▶ [Work instruction]: Of all the entries below, retype only the lines from the one with "v20 (15,60,-15)" through the one with "face PLANE(AX(P(0,0,2),D(0,0,-1),D(-1,0,0))) rev", exactly as they appear.

[[ Data supplied, beginning ]]

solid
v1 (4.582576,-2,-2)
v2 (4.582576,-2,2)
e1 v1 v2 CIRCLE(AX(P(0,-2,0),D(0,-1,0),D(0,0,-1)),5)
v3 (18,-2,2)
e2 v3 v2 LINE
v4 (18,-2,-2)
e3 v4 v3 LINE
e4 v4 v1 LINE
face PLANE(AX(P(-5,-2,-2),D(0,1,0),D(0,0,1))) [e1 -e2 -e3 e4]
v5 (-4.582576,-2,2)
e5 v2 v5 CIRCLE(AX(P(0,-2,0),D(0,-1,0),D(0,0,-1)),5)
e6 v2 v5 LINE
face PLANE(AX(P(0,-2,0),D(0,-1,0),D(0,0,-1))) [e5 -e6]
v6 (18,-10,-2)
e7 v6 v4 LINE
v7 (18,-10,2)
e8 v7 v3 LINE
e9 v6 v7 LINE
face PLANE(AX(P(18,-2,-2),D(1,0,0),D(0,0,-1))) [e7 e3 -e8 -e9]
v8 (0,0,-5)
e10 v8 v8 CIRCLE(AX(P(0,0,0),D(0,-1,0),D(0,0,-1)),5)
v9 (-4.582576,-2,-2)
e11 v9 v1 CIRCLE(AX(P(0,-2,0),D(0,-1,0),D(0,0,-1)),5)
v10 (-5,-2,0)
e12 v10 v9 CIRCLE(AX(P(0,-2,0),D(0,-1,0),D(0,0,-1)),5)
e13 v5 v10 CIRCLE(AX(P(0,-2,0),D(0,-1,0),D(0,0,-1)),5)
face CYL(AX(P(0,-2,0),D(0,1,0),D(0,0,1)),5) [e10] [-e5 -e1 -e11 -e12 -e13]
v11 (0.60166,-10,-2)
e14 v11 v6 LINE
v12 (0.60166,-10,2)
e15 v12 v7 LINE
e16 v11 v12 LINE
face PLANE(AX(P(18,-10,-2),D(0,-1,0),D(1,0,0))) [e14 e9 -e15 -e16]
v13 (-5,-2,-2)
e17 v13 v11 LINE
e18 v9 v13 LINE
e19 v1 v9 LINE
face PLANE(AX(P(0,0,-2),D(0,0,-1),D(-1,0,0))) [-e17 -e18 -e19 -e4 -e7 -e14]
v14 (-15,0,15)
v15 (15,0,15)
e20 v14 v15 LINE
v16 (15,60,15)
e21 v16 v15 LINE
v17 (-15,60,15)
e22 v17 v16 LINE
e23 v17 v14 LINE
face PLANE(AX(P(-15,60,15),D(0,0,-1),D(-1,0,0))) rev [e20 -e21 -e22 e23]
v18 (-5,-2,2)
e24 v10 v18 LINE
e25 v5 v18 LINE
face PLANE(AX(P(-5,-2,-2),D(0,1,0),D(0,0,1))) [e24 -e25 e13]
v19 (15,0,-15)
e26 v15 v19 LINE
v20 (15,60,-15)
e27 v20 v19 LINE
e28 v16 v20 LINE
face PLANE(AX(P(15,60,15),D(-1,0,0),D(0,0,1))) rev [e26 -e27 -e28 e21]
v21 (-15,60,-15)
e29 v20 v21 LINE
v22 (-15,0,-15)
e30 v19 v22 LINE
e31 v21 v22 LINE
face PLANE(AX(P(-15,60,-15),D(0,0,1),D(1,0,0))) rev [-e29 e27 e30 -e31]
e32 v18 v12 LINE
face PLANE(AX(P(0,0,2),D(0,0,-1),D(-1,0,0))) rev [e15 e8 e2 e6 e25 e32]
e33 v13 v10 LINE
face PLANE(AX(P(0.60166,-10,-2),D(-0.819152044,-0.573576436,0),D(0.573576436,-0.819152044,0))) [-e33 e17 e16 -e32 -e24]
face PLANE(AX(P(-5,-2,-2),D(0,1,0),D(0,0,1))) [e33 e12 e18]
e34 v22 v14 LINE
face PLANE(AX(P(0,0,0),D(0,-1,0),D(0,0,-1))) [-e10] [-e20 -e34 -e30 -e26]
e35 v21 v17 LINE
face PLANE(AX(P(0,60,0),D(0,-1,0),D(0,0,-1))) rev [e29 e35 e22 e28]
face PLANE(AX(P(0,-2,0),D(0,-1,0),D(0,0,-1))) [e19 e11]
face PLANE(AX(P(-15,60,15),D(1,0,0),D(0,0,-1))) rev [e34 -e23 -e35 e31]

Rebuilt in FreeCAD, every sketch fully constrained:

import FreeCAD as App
import Part
import Sketcher

V = App.Vector
Q = App.Units.Quantity

doc = App.newDocument("Part")
params = doc.addObject("Spreadsheet::Sheet", "Params")
for row, (alias, value) in enumerate([
    ("sketch1_width", "30 mm"),
    ("pad1_length", "60 mm"),
    ("sketch2_diameter", "10 mm"),
    ("pad2_length", "2 mm"),
    ("sketch3_width", "23 mm"),
    ("sketch3_height", "8 mm"),
    ("pad3_length", "2 mm"),
    ("pad3_length2", "2 mm"),
], start=1):
    params.set(f"A{row}", alias)
    params.set(f"B{row}", "=" + value)
    params.setAlias(f"B{row}", alias)

body = doc.addObject("PartDesign::Body", "Body")

# Sketch on XZ plane
sketch1 = doc.addObject("Sketcher::SketchObject", "Sketch")
body.addObject(sketch1)
sketch1.AttachmentSupport = (doc.XZ_Plane, [""])
sketch1.MapMode = "FlatFace"
sketch1.addGeometry([
    Part.LineSegment(V(-15, -15, 0), V(-15, 15, 0)),
    Part.LineSegment(V(-15, 15, 0), V(15, 15, 0)),
    Part.LineSegment(V(15, 15, 0), V(15, -15, 0)),
    Part.LineSegment(V(15, -15, 0), V(-15, -15, 0)),
], False)
sketch1.addConstraint([
    Sketcher.Constraint("Coincident", 0, 2, 1, 1),
    Sketcher.Constraint("Coincident", 1, 2, 2, 1),
    Sketcher.Constraint("Coincident", 2, 2, 3, 1),
    Sketcher.Constraint("Coincident", 3, 2, 0, 1),
    Sketcher.Constraint("Vertical", 0),
    Sketcher.Constraint("Horizontal", 1),
    Sketcher.Constraint("Vertical", 2),
    Sketcher.Constraint("Horizontal", 3),
    Sketcher.Constraint("Symmetric", 0, 2, 2, 2, -1, 1),
    Sketcher.Constraint("Equal", 3, 0),
    Sketcher.Constraint("DistanceX", 1, 1, 1, 2, Q("30 mm")),
])
sketch1.setExpression("Constraints[10]", "Params.sketch1_width")
pad1 = doc.addObject("PartDesign::Pad", "Pad")
body.addObject(pad1)
pad1.Profile = sketch1
pad1.setExpression("Length", "Params.pad1_length")
pad1.Reversed = True

# Sketch on XZ plane
sketch2 = doc.addObject("Sketcher::SketchObject", "Sketch001")
body.addObject(sketch2)
sketch2.AttachmentSupport = (doc.XZ_Plane, [""])
sketch2.MapMode = "FlatFace"
sketch2.addGeometry(Part.Circle(V(0, 0, 0), V(0, 0, 1), 5), False)
sketch2.addConstraint([
    Sketcher.Constraint("Coincident", 0, 3, -1, 1),
    Sketcher.Constraint("Diameter", 0, Q("10 mm")),
])
sketch2.setExpression("Constraints[1]", "Params.sketch2_diameter")
pad2 = doc.addObject("PartDesign::Pad", "Pad001")
body.addObject(pad2)
pad2.Profile = sketch2
pad2.setExpression("Length", "Params.pad2_length")

# Sketch on XY plane
sketch3 = doc.addObject("Sketcher::SketchObject", "Sketch002")
body.addObject(sketch3)
sketch3.AttachmentSupport = (doc.XY_Plane, [""])
sketch3.MapMode = "FlatFace"
sketch3.addGeometry([
    Part.LineSegment(V(18, -2, 0), V(-5, -2, 0)),
    Part.LineSegment(V(-5, -2, 0), V(1, -10, 0)),
    Part.LineSegment(V(1, -10, 0), V(18, -10, 0)),
    Part.LineSegment(V(18, -10, 0), V(18, -2, 0)),
], False)
sketch3.addConstraint([
    Sketcher.Constraint("Coincident", 0, 2, 1, 1),
    Sketcher.Constraint("Coincident", 1, 2, 2, 1),
    Sketcher.Constraint("Coincident", 2, 2, 3, 1),
    Sketcher.Constraint("Coincident", 3, 2, 0, 1),
    Sketcher.Constraint("Horizontal", 0),
    Sketcher.Constraint("Horizontal", 2),
    Sketcher.Constraint("Vertical", 3),
    Sketcher.Constraint("DistanceX", 0, 2, 0, 1, Q("23 mm")),
    Sketcher.Constraint("DistanceY", 3, 1, 3, 2, Q("8 mm")),
    Sketcher.Constraint("Angle", 1, Q("-55 deg")),
    Sketcher.Constraint("DistanceX", 0, 2, -1, 1, Q("5 mm")),
    Sketcher.Constraint("DistanceY", 0, 2, -1, 1, Q("2 mm")),
])
sketch3.setExpression("Constraints[7]", "Params.sketch3_width")
sketch3.setExpression("Constraints[8]", "Params.sketch3_height")
pad3 = doc.addObject("PartDesign::Pad", "Pad002")
body.addObject(pad3)
pad3.Profile = sketch3
pad3.Type = "TwoLengths"
pad3.setExpression("Length", "Params.pad3_length")
pad3.setExpression("Length2", "Params.pad3_length2")

doc.recompute()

[[ Data supplied, end ]]

▶ [Result]:
v20 (15,60,-15)
e27 v20 v19 LINE
e28 v16 v20 LINE
face PLANE(AX(P(15,60,15),D(-1,0,0),D(0,0,1))) rev [e26 -e27 -e28 e21]
v21 (-15,60,-15)
e29 v20 v21 LINE
v22 (-15,0,-15)
e30 v19 v22 LINE
e31 v21 v22 LINE
face PLANE(AX(P(-15,60,-15),D(0,0,1),D(1,0,0))) rev [-e29 e27 e30 -e31]
e32 v18 v12 LINE
face PLANE(AX(P(0,0,2),D(0,0,-1),D(-1,0,0))) rev [e15 e8 e2 e6 e25 e32]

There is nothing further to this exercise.